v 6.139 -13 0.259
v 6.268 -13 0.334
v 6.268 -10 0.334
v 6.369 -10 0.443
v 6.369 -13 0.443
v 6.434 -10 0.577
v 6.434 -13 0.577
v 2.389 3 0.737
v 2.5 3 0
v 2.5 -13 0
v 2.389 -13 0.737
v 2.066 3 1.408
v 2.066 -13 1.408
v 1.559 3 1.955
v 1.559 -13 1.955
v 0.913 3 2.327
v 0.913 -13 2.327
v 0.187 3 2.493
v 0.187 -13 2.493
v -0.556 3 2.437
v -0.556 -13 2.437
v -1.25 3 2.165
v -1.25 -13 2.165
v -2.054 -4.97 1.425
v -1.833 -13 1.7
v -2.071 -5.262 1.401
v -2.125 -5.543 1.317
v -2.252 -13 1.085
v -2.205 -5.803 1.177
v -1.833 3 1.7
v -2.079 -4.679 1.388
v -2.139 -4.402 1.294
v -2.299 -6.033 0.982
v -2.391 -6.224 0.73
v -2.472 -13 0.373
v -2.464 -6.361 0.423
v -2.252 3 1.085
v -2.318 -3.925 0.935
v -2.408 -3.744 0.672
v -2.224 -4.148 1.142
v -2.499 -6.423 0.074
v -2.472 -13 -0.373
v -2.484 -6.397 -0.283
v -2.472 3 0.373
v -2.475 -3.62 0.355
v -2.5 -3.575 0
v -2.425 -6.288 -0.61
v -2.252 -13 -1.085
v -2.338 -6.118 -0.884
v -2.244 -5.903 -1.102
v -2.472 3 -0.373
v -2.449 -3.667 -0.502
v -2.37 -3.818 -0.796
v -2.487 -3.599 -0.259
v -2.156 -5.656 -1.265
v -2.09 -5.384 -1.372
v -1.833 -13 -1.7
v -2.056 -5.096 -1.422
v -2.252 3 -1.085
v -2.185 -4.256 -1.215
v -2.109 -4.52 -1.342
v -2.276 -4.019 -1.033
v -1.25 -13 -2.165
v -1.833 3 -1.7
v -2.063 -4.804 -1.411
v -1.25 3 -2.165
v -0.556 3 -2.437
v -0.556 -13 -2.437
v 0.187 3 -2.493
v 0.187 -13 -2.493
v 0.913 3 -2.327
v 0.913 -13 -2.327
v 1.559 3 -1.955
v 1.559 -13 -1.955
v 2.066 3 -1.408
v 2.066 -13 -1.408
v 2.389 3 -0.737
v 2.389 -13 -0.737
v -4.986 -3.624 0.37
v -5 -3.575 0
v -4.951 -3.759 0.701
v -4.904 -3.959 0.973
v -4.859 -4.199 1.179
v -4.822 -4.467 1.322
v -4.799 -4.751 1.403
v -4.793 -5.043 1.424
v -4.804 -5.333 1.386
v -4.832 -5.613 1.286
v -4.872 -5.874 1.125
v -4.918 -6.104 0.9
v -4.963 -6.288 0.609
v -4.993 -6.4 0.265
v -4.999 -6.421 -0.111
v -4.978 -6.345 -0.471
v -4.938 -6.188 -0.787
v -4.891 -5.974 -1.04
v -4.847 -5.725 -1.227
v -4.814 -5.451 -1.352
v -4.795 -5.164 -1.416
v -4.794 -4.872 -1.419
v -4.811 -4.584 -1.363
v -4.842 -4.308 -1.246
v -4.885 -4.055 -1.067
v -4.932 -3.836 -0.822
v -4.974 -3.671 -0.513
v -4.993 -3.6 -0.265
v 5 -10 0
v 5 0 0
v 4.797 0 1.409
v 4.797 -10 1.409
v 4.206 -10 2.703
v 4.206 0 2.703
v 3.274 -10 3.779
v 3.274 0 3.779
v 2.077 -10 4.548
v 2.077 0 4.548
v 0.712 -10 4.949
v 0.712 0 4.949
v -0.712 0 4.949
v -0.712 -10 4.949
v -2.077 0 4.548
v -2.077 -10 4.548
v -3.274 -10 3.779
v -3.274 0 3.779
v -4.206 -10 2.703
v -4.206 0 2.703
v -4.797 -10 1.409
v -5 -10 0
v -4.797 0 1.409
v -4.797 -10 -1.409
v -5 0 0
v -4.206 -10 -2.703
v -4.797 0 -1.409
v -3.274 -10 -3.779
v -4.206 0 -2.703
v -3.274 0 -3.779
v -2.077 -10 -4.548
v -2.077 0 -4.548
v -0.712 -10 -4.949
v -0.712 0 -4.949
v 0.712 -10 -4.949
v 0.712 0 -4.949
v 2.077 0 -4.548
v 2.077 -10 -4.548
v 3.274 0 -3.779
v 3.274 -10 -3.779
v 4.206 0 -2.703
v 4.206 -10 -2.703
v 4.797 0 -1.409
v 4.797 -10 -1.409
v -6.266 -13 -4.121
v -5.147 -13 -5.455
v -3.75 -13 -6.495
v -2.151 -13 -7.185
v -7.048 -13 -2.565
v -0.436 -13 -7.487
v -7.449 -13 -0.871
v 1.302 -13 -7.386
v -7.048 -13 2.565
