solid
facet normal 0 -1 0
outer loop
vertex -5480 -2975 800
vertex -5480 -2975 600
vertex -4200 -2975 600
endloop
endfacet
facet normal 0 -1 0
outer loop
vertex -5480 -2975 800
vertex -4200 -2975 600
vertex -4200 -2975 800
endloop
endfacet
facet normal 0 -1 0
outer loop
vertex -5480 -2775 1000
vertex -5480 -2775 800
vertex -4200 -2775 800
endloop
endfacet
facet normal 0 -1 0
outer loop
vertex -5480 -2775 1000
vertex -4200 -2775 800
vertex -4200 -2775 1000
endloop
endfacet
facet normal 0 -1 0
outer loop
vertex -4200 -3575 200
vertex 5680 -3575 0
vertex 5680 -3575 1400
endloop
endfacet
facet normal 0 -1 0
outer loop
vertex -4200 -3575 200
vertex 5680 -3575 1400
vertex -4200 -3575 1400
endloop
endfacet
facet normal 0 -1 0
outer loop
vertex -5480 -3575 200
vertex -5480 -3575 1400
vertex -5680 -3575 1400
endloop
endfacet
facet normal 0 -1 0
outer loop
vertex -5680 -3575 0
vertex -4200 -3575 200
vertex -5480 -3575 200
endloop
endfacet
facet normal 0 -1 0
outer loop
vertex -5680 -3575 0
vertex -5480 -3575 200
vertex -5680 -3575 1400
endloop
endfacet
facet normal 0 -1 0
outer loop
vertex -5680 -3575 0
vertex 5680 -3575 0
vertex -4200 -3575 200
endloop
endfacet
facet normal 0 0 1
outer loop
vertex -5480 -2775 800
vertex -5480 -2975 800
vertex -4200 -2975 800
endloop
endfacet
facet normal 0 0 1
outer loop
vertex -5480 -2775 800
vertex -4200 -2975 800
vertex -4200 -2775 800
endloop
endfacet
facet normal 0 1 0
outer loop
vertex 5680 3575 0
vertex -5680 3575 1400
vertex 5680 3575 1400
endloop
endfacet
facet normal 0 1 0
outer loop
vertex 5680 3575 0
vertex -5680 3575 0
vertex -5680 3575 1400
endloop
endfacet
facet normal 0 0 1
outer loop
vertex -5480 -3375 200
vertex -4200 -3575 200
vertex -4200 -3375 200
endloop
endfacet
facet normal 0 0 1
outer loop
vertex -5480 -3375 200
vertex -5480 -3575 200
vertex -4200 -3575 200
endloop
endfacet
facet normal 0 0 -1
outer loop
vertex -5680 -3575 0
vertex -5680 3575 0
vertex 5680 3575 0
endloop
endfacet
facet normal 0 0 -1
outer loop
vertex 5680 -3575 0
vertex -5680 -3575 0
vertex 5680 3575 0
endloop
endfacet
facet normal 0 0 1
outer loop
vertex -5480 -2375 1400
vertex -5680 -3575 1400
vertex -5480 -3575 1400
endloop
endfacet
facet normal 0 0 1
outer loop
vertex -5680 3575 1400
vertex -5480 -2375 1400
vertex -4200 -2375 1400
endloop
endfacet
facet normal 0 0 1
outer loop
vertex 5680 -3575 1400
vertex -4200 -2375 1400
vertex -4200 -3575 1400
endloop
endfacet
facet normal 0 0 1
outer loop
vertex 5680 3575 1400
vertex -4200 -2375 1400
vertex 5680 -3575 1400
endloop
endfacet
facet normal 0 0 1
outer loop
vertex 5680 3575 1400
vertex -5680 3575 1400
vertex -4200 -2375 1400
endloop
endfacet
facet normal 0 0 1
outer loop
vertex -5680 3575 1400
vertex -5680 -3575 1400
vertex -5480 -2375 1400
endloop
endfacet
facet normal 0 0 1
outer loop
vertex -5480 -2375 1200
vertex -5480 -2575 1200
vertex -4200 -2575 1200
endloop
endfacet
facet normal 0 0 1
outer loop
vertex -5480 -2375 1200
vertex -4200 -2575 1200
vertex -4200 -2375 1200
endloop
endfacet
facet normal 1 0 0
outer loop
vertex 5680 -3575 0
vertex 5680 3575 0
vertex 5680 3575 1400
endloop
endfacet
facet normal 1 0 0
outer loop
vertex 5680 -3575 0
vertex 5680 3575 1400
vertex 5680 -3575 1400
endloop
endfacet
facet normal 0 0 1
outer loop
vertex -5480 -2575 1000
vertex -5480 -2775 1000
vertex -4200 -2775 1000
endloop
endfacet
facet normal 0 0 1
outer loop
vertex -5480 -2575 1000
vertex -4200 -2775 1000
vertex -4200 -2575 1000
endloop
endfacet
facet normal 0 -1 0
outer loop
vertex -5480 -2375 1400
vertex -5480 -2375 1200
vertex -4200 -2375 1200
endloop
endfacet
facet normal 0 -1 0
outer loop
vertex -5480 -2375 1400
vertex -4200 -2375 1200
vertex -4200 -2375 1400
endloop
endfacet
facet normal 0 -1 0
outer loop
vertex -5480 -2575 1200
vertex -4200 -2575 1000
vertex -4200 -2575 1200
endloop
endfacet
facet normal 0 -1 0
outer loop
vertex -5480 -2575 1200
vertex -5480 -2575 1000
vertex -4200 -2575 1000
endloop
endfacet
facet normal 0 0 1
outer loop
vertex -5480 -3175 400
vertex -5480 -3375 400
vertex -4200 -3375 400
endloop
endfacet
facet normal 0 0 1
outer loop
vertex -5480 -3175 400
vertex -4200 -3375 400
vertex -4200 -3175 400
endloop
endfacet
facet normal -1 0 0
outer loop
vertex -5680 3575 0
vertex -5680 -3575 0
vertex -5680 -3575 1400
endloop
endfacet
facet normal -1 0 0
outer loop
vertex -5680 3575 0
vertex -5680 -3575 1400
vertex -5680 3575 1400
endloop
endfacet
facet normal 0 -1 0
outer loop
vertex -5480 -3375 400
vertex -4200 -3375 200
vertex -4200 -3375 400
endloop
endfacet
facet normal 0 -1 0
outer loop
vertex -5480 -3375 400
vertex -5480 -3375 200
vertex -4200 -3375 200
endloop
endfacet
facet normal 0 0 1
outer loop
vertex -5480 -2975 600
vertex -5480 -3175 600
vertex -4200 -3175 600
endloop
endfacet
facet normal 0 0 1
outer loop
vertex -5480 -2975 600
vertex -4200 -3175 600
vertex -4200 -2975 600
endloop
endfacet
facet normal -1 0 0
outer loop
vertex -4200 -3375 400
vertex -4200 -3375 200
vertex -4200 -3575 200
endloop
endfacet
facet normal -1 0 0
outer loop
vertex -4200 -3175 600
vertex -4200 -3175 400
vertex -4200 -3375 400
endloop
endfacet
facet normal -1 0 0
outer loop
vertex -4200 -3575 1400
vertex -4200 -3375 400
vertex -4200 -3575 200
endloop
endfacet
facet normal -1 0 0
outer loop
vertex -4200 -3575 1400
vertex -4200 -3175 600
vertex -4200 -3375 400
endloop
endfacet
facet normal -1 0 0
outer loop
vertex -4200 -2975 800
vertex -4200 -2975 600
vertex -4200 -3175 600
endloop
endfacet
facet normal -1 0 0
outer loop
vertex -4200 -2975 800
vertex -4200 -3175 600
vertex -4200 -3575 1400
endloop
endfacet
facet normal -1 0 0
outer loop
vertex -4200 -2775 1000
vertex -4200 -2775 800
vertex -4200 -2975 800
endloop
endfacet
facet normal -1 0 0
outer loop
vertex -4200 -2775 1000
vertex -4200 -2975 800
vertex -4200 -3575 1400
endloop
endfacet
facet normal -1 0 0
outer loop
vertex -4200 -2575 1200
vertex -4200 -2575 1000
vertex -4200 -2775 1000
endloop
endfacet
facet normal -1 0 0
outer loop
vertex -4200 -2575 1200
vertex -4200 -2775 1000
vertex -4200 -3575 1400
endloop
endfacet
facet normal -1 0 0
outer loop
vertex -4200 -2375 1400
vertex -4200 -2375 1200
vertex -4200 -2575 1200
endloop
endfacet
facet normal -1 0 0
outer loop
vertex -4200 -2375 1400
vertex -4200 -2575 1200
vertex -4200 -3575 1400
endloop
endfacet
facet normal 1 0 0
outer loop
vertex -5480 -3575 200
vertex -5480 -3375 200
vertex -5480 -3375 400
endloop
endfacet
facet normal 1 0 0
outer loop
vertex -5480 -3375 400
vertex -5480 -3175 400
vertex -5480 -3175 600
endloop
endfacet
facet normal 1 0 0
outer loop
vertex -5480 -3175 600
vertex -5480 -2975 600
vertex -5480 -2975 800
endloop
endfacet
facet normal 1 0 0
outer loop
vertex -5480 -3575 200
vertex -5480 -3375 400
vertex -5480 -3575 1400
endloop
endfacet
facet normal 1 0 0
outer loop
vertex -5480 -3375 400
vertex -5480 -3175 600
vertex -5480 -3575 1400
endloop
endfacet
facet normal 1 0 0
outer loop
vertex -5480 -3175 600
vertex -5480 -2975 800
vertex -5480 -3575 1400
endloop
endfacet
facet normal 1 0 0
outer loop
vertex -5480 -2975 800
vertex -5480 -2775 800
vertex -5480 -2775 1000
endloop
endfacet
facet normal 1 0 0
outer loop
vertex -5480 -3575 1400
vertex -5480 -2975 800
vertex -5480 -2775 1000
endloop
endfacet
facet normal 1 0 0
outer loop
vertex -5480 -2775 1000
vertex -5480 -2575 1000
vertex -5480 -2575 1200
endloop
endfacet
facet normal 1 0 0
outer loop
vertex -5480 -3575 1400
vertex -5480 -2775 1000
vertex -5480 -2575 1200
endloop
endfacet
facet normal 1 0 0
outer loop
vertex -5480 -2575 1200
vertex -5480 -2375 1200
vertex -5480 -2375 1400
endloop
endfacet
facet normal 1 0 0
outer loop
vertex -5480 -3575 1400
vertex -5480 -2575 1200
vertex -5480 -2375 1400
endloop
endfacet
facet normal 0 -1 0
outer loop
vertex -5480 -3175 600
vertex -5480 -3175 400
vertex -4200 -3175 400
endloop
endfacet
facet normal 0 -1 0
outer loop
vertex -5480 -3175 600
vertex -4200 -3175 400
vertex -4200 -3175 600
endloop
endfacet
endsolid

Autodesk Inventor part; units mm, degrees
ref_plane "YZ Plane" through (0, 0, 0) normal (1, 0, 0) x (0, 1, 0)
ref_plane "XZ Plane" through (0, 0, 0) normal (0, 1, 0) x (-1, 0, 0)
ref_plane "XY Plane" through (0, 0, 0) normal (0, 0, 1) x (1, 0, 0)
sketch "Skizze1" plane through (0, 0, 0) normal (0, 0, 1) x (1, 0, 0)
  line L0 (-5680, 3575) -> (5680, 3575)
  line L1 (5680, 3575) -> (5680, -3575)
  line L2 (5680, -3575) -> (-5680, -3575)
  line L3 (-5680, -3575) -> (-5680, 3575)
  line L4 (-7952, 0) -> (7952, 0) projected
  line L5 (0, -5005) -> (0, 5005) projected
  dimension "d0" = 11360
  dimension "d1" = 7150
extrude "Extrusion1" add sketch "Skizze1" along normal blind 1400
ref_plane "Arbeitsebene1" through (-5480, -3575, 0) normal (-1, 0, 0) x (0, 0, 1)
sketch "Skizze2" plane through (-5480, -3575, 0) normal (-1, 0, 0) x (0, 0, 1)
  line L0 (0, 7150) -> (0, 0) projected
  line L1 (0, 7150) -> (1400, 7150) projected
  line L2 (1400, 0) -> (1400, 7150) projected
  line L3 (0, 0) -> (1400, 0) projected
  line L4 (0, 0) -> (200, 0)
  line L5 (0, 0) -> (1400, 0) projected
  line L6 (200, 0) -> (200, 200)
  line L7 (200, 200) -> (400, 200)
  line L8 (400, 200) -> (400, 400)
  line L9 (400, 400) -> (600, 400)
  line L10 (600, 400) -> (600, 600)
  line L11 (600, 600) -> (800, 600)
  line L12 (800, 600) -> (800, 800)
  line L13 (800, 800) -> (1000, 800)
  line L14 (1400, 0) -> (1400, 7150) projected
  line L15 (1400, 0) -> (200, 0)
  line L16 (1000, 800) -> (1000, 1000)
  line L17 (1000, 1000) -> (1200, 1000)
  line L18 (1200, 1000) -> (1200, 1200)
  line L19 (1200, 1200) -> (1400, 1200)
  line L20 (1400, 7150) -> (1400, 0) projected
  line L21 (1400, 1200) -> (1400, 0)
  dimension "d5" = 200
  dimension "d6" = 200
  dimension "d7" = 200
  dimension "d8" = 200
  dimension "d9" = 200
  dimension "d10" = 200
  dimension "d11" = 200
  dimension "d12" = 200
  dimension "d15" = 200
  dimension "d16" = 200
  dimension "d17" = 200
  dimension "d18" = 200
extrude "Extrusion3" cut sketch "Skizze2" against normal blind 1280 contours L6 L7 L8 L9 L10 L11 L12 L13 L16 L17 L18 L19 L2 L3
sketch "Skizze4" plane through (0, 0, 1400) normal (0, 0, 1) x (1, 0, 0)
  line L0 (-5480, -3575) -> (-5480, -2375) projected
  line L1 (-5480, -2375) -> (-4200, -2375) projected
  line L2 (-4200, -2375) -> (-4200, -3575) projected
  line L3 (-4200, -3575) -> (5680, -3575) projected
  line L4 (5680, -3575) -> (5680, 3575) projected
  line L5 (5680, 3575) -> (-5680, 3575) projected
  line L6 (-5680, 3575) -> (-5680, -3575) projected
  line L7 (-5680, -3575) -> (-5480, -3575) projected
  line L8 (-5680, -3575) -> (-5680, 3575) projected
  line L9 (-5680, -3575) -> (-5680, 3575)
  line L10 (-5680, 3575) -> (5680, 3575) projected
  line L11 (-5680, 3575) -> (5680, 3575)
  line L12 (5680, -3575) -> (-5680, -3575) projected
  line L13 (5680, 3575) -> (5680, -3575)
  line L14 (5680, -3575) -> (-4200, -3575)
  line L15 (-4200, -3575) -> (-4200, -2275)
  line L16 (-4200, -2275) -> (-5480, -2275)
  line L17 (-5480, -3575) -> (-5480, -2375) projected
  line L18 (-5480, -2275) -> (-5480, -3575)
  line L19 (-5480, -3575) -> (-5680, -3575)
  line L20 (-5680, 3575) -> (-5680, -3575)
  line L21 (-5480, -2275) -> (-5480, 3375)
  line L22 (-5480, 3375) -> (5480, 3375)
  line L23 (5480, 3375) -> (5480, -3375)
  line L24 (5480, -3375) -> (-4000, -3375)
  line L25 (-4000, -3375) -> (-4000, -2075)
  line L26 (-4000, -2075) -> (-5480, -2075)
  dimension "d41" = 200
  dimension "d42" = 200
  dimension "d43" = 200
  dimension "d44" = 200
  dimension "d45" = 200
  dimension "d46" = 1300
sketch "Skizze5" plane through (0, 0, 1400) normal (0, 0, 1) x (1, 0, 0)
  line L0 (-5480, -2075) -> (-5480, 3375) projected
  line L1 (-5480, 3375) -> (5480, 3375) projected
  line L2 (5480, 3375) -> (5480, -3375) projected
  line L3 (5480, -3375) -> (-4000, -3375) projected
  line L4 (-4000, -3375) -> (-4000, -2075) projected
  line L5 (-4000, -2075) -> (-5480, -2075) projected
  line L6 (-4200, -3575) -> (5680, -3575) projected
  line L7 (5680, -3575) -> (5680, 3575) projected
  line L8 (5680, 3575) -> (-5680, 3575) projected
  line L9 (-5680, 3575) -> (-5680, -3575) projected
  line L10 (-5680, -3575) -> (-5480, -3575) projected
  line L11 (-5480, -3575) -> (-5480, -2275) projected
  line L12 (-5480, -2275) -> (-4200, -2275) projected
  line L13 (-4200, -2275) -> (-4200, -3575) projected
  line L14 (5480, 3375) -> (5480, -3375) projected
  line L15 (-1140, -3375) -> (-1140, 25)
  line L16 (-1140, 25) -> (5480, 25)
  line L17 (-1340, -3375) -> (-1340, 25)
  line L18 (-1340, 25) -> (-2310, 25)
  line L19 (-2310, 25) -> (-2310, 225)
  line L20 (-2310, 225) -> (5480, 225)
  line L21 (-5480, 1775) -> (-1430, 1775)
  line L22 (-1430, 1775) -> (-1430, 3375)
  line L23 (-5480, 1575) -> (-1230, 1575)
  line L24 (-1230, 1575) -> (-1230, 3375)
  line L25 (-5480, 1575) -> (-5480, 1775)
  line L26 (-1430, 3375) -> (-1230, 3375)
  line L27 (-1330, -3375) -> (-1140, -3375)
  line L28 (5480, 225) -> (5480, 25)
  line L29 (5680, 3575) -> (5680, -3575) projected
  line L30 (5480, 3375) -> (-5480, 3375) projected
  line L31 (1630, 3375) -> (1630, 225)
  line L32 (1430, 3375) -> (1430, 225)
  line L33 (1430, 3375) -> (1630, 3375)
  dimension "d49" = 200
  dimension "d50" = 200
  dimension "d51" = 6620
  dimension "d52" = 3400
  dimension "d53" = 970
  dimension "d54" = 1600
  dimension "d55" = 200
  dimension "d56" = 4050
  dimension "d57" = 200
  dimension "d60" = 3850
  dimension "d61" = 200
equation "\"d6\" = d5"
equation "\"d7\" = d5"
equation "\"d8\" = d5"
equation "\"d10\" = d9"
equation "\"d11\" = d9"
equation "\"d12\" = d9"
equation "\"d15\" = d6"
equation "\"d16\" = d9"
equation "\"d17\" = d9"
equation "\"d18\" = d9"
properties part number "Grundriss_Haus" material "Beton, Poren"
---*---
▸ ACTIVITY
Retype, in the same exact form, the lines of the material above from the line holding "v -0.556 -13 -2.437" through the line holding "v -4.938 -6.188 -0.787".

▸ THE ANSWER
v -0.556 -13 -2.437
v 0.187 3 -2.493
v 0.187 -13 -2.493
v 0.913 3 -2.327
v 0.913 -13 -2.327
v 1.559 3 -1.955
v 1.559 -13 -1.955
v 2.066 3 -1.408
v 2.066 -13 -1.408
v 2.389 3 -0.737
v 2.389 -13 -0.737
v -4.986 -3.624 0.37
v -5 -3.575 0
v -4.951 -3.759 0.701
v -4.904 -3.959 0.973
v -4.859 -4.199 1.179
v -4.822 -4.467 1.322
v -4.799 -4.751 1.403
v -4.793 -5.043 1.424
v -4.804 -5.333 1.386
v -4.832 -5.613 1.286
v -4.872 -5.874 1.125
v -4.918 -6.104 0.9
v -4.963 -6.288 0.609
v -4.993 -6.4 0.265
v -4.999 -6.421 -0.111
v -4.978 -6.345 -0.471
v -4.938 -6.188 -0.787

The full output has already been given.